TASK REQUIREMENTS ▸
Search the listing below for the string "Rectangle" and show each line that contains it.

DATA SECTION ▸
== Segment start ==
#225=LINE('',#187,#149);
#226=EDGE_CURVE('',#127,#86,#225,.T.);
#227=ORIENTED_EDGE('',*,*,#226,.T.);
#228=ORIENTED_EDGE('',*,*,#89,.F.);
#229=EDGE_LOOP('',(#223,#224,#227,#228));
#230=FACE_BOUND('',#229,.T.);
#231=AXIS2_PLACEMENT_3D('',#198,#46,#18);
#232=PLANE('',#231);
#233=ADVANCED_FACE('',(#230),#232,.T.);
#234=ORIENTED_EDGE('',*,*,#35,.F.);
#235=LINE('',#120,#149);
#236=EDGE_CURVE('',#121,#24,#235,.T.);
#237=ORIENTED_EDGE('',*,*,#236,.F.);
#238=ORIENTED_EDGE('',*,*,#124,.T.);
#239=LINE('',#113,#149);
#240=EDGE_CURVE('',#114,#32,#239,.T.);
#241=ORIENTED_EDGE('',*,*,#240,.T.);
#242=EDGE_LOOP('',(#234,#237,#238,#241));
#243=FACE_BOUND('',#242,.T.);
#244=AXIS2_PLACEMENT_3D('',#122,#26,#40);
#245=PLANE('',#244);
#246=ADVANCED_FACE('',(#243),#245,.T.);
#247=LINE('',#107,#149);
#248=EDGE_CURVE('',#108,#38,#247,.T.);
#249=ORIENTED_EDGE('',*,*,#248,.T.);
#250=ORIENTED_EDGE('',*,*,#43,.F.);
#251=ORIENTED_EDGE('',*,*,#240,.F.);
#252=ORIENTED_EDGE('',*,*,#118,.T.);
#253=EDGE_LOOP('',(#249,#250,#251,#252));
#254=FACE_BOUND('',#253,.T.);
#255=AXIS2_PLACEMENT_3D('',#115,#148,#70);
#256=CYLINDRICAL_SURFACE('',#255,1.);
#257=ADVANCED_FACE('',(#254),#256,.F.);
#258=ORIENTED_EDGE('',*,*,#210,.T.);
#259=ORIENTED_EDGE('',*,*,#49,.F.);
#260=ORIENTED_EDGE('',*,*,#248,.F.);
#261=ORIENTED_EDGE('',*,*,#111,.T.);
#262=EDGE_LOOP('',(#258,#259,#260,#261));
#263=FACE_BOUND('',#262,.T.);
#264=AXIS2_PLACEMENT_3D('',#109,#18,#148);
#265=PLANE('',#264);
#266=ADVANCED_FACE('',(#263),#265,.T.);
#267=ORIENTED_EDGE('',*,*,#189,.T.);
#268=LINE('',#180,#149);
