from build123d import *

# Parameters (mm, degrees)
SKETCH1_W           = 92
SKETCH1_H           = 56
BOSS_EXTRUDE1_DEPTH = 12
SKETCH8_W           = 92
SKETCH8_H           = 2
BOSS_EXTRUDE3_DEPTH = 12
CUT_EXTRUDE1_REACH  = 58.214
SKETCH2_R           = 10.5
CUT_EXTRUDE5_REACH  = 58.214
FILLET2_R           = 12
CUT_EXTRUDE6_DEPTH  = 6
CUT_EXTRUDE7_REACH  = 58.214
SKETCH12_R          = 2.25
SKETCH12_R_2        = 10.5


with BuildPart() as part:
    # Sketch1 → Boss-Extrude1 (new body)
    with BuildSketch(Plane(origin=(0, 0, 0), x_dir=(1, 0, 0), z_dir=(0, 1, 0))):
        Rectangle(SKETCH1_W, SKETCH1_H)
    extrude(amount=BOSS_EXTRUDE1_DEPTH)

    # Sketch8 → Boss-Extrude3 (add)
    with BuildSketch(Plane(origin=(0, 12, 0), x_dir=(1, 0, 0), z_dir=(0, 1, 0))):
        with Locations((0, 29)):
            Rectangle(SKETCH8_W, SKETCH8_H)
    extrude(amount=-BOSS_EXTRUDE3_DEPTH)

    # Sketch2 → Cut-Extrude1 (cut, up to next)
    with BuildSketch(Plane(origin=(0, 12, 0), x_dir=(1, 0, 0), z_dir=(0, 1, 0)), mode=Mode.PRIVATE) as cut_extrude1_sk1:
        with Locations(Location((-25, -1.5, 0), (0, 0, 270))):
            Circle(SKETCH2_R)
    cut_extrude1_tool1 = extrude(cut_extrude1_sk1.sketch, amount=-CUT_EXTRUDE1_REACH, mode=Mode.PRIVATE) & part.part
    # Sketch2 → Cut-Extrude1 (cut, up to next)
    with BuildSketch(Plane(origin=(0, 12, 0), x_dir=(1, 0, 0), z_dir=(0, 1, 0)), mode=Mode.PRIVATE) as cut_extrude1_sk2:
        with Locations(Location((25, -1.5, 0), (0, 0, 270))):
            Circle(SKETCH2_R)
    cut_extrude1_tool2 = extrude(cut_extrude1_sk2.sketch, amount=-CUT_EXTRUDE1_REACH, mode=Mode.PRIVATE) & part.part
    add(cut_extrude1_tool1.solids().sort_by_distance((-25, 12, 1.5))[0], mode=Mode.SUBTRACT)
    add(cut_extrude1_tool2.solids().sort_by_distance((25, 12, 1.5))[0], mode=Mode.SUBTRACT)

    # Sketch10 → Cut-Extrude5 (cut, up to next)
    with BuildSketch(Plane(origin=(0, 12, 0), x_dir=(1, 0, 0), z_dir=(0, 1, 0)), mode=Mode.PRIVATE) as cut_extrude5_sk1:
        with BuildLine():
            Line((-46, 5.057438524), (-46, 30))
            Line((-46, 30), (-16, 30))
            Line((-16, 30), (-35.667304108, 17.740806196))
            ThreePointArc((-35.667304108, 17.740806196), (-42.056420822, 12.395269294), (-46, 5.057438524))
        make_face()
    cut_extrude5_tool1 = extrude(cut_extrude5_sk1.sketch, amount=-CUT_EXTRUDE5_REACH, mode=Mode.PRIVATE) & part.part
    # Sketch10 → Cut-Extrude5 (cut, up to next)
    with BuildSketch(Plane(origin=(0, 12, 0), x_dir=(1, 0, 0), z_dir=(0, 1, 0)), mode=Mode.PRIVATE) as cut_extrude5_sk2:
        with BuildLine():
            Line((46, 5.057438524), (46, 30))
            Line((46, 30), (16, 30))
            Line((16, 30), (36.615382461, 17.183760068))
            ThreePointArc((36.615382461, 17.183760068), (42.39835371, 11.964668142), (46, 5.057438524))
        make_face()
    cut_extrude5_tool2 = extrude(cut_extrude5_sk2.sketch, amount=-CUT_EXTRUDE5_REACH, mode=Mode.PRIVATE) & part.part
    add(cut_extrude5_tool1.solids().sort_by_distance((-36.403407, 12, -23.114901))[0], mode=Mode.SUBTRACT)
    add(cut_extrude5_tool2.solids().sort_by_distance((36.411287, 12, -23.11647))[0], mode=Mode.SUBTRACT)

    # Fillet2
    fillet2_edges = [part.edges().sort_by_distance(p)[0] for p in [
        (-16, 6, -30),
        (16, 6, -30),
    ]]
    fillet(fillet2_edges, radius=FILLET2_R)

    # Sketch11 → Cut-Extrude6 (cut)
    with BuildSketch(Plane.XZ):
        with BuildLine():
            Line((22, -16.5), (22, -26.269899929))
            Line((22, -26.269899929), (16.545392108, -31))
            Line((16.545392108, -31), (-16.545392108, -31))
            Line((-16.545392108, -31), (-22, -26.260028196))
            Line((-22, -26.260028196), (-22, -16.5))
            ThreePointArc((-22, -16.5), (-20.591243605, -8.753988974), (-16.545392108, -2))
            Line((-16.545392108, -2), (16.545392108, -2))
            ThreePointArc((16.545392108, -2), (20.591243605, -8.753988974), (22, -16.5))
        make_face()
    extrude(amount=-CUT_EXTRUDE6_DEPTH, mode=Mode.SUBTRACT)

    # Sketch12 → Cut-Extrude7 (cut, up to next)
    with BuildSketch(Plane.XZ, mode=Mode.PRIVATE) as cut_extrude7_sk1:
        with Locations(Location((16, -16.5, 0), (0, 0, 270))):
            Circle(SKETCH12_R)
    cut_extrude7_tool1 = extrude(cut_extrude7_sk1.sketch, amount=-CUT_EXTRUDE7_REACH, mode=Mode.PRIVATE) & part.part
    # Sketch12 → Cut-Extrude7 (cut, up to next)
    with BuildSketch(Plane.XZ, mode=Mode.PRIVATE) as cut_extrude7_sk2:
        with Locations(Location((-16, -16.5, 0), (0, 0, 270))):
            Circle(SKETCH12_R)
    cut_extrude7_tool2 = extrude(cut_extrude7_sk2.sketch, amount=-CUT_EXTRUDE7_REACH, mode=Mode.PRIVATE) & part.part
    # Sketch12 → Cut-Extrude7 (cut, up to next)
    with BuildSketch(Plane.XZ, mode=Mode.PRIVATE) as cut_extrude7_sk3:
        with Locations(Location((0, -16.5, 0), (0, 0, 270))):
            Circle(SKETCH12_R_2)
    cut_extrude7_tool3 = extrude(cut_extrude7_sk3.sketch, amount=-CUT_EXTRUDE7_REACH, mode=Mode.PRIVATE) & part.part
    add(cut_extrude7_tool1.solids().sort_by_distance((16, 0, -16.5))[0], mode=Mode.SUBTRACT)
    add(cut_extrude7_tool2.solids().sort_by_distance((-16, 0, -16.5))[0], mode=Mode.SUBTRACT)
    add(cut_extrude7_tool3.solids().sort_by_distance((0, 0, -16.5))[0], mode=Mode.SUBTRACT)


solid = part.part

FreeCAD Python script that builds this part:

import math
import FreeCAD as App
import Part
import Sketcher

V = App.Vector


def edges_at(feature, points):
    """Names of the edges that pass closest to the given points."""
    edges = feature.Shape.Edges
    near = lambda p: min(range(len(edges)), key=lambda i: edges[i].distToShape(Part.Vertex(*p))[0])
    return sorted({f"Edge{near(p) + 1}" for p in points})

doc = App.newDocument("Part")
params = doc.addObject("Spreadsheet::Sheet", "Params")
for row, (alias, value) in enumerate([
    ("sketch1_width", "92 mm"),
    ("sketch1_height", "56 mm"),
    ("pad1_length", "12 mm"),
    ("sketch2_width", "92 mm"),
    ("sketch2_height", "2 mm"),
    ("pad2_length", "12 mm"),
    ("sketch3_diameter", "21 mm"),
    ("sketch4_diameter", "21 mm"),
    ("sketch5_radius", "22 mm"),
    ("sketch5_width", "30 mm"),
    ("sketch6_radius", "22 mm"),
    ("sketch6_width", "30 mm"),
    ("fillet_radius", "12 mm"),
    ("sketch7_radius", "22 mm"),
    ("pocket5_length", "6 mm"),
    ("sketch8_diameter", "4.5 mm"),
    ("pocket6_length", "12 mm"),
    ("sketch9_diameter", "4.5 mm"),
    ("pocket7_length", "12 mm"),
    ("sketch10_diameter", "21 mm"),
    ("pocket8_length", "12 mm"),
], start=1):
    params.set(f"A{row}", alias)
    params.set(f"B{row}", "=" + value)
    params.setAlias(f"B{row}", alias)

body = doc.addObject("PartDesign::Body", "Body")

# Sketch on XZ plane
sketch1 = body.newObject("Sketcher::SketchObject", "Sketch")
sketch1.AttachmentSupport = (doc.getObject("XZ_Plane"), [""])
sketch1.MapMode = "FlatFace"
sketch1.addGeometry([
    Part.LineSegment(V(-46, -28, 0), V(-46, 28, 0)),
    Part.LineSegment(V(-46, 28, 0), V(46, 28, 0)),
    Part.LineSegment(V(46, 28, 0), V(46, -28, 0)),
    Part.LineSegment(V(46, -28, 0), V(-46, -28, 0)),
], False)
sketch1.addConstraint([
    Sketcher.Constraint("Coincident", 0, 2, 1, 1),
    Sketcher.Constraint("Coincident", 1, 2, 2, 1),
    Sketcher.Constraint("Coincident", 2, 2, 3, 1),
    Sketcher.Constraint("Coincident", 3, 2, 0, 1),
    Sketcher.Constraint("Vertical", 0),
    Sketcher.Constraint("Horizontal", 1),
    Sketcher.Constraint("Vertical", 2),
    Sketcher.Constraint("Horizontal", 3),
    Sketcher.Constraint("Symmetric", 0, 2, 2, 2, -1, 1),
    Sketcher.Constraint("DistanceX", 1, 1, 1, 2, 92.0),
    Sketcher.Constraint("DistanceY", 0, 1, 0, 2, 56.0),
])
sketch1.setExpression("Constraints[9]", "Params.sketch1_width")
sketch1.setExpression("Constraints[10]", "Params.sketch1_height")
pad1 = body.newObject("PartDesign::Pad", "Pad")
pad1.Profile = sketch1
pad1.setExpression("Length", "Params.pad1_length")
pad1.Reversed = True

# Sketch on XZ plane
sketch2 = body.newObject("Sketcher::SketchObject", "Sketch001")
sketch2.AttachmentSupport = (doc.getObject("XZ_Plane"), [""])
sketch2.MapMode = "FlatFace"
sketch2.AttachmentOffset = App.Placement(V(0, 0, -12), App.Rotation())
sketch2.addGeometry([
    Part.LineSegment(V(-46, -30, 0), V(-46, -28, 0)),
    Part.LineSegment(V(-46, -28, 0), V(46, -28, 0)),
    Part.LineSegment(V(46, -28, 0), V(46, -30, 0)),
    Part.LineSegment(V(46, -30, 0), V(-46, -30, 0)),
], False)
sketch2.addConstraint([
    Sketcher.Constraint("Coincident", 0, 2, 1, 1),
    Sketcher.Constraint("Coincident", 1, 2, 2, 1),
    Sketcher.Constraint("Coincident", 2, 2, 3, 1),
    Sketcher.Constraint("Coincident", 3, 2, 0, 1),
    Sketcher.Constraint("Vertical", 0),
    Sketcher.Constraint("Horizontal", 1),
    Sketcher.Constraint("Vertical", 2),
    Sketcher.Constraint("Horizontal", 3),
    Sketcher.Constraint("DistanceX", 1, 1, 1, 2, 92.0),
    Sketcher.Constraint("DistanceY", 0, 1, 0, 2, 2.0),
    Sketcher.Constraint("DistanceX", 0, 2, -1, 1, 46.0),
    Sketcher.Constraint("DistanceY", 0, 2, -1, 1, 28.0),
])
sketch2.setExpression("Constraints[8]", "Params.sketch2_width")
sketch2.setExpression("Constraints[9]", "Params.sketch2_height")
pad2 = body.newObject("PartDesign::Pad", "Pad001")
pad2.Profile = sketch2
pad2.setExpression("Length", "Params.pad2_length")

# Sketch on XZ plane
sketch3 = body.newObject("Sketcher::SketchObject", "Sketch002")
sketch3.AttachmentSupport = (doc.getObject("XZ_Plane"), [""])
sketch3.MapMode = "FlatFace"
sketch3.AttachmentOffset = App.Placement(V(0, 0, -12), App.Rotation())
sketch3.addGeometry(Part.Circle(V(-25, 1.5, 0), V(0, 0, 1), 10.5), False)
sketch3.addConstraint([
    Sketcher.Constraint("Diameter", 0, 21.0),
    Sketcher.Constraint("DistanceX", 0, 3, -1, 1, 25.0),
    Sketcher.Constraint("DistanceY", -1, 1, 0, 3, 1.5),
])
sketch3.setExpression("Constraints[0]", "Params.sketch3_diameter")
pocket1 = body.newObject("PartDesign::Pocket", "Pocket")
pocket1.Profile = sketch3
pocket1.Type = "UpToFirst"
pocket1.Reversed = True

# Sketch on XZ plane
sketch4 = body.newObject("Sketcher::SketchObject", "Sketch003")
sketch4.AttachmentSupport = (doc.getObject("XZ_Plane"), [""])
sketch4.MapMode = "FlatFace"
sketch4.AttachmentOffset = App.Placement(V(0, 0, -12), App.Rotation())
sketch4.addGeometry(Part.Circle(V(25, 1.5, 0), V(0, 0, 1), 10.5), False)
sketch4.addConstraint([
    Sketcher.Constraint("Diameter", 0, 21.0),
    Sketcher.Constraint("DistanceX", -1, 1, 0, 3, 25.0),
    Sketcher.Constraint("DistanceY", -1, 1, 0, 3, 1.5),
])
sketch4.setExpression("Constraints[0]", "Params.sketch4_diameter")
pocket2 = body.newObject("PartDesign::Pocket", "Pocket001")
pocket2.Profile = sketch4
pocket2.Type = "UpToFirst"
pocket2.Reversed = True

# Sketch on XZ plane
sketch5 = body.newObject("Sketcher::SketchObject", "Sketch004")
sketch5.AttachmentSupport = (doc.getObject("XZ_Plane"), [""])
sketch5.MapMode = "FlatFace"
sketch5.AttachmentOffset = App.Placement(V(0, 0, -12), App.Rotation())
sketch5.addGeometry([
    Part.LineSegment(V(-46, -30, 0), V(-46, -5.057439, 0)),
    Part.ArcOfCircle(Part.Circle(V(-25, 1.5, 0), V(0, 0, 1), 22), math.radians(-162.658557), math.radians(-119.004444)),
    Part.LineSegment(V(-35.667304, -17.740806, 0), V(-16, -30, 0)),
    Part.LineSegment(V(-16, -30, 0), V(-46, -30, 0)),
], False)
sketch5.addConstraint([
    Sketcher.Constraint("Coincident", 0, 2, 1, 1),
    Sketcher.Constraint("Coincident", 1, 2, 2, 1),
    Sketcher.Constraint("Coincident", 2, 2, 3, 1),
    Sketcher.Constraint("Coincident", 3, 2, 0, 1),
    Sketcher.Constraint("Vertical", 0),
    Sketcher.Constraint("Horizontal", 3),
    Sketcher.Constraint("Radius", 1, 22.0),
    Sketcher.Constraint("DistanceX", 3, 2, 3, 1, 30.0),
    Sketcher.Constraint("DistanceX", 1, 3, -1, 1, 25.0),
    Sketcher.Constraint("DistanceX", 0, 2, -1, 1, 46.0),
    Sketcher.Constraint("DistanceY", 2, 2, -1, 1, 30.0),
    Sketcher.Constraint("DistanceY", -1, 1, 1, 3, 1.5),
    Sketcher.Constraint("Distance", 2, 23.175217),
])
sketch5.setExpression("Constraints[6]", "Params.sketch5_radius")
sketch5.setExpression("Constraints[7]", "Params.sketch5_width")
pocket3 = body.newObject("PartDesign::Pocket", "Pocket002")
pocket3.Profile = sketch5
pocket3.Type = "UpToFirst"
pocket3.Reversed = True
== Segment end ==
ANSWER ▸
        Rectangle(SKETCH1_W, SKETCH1_H)
            Rectangle(SKETCH8_W, SKETCH8_H)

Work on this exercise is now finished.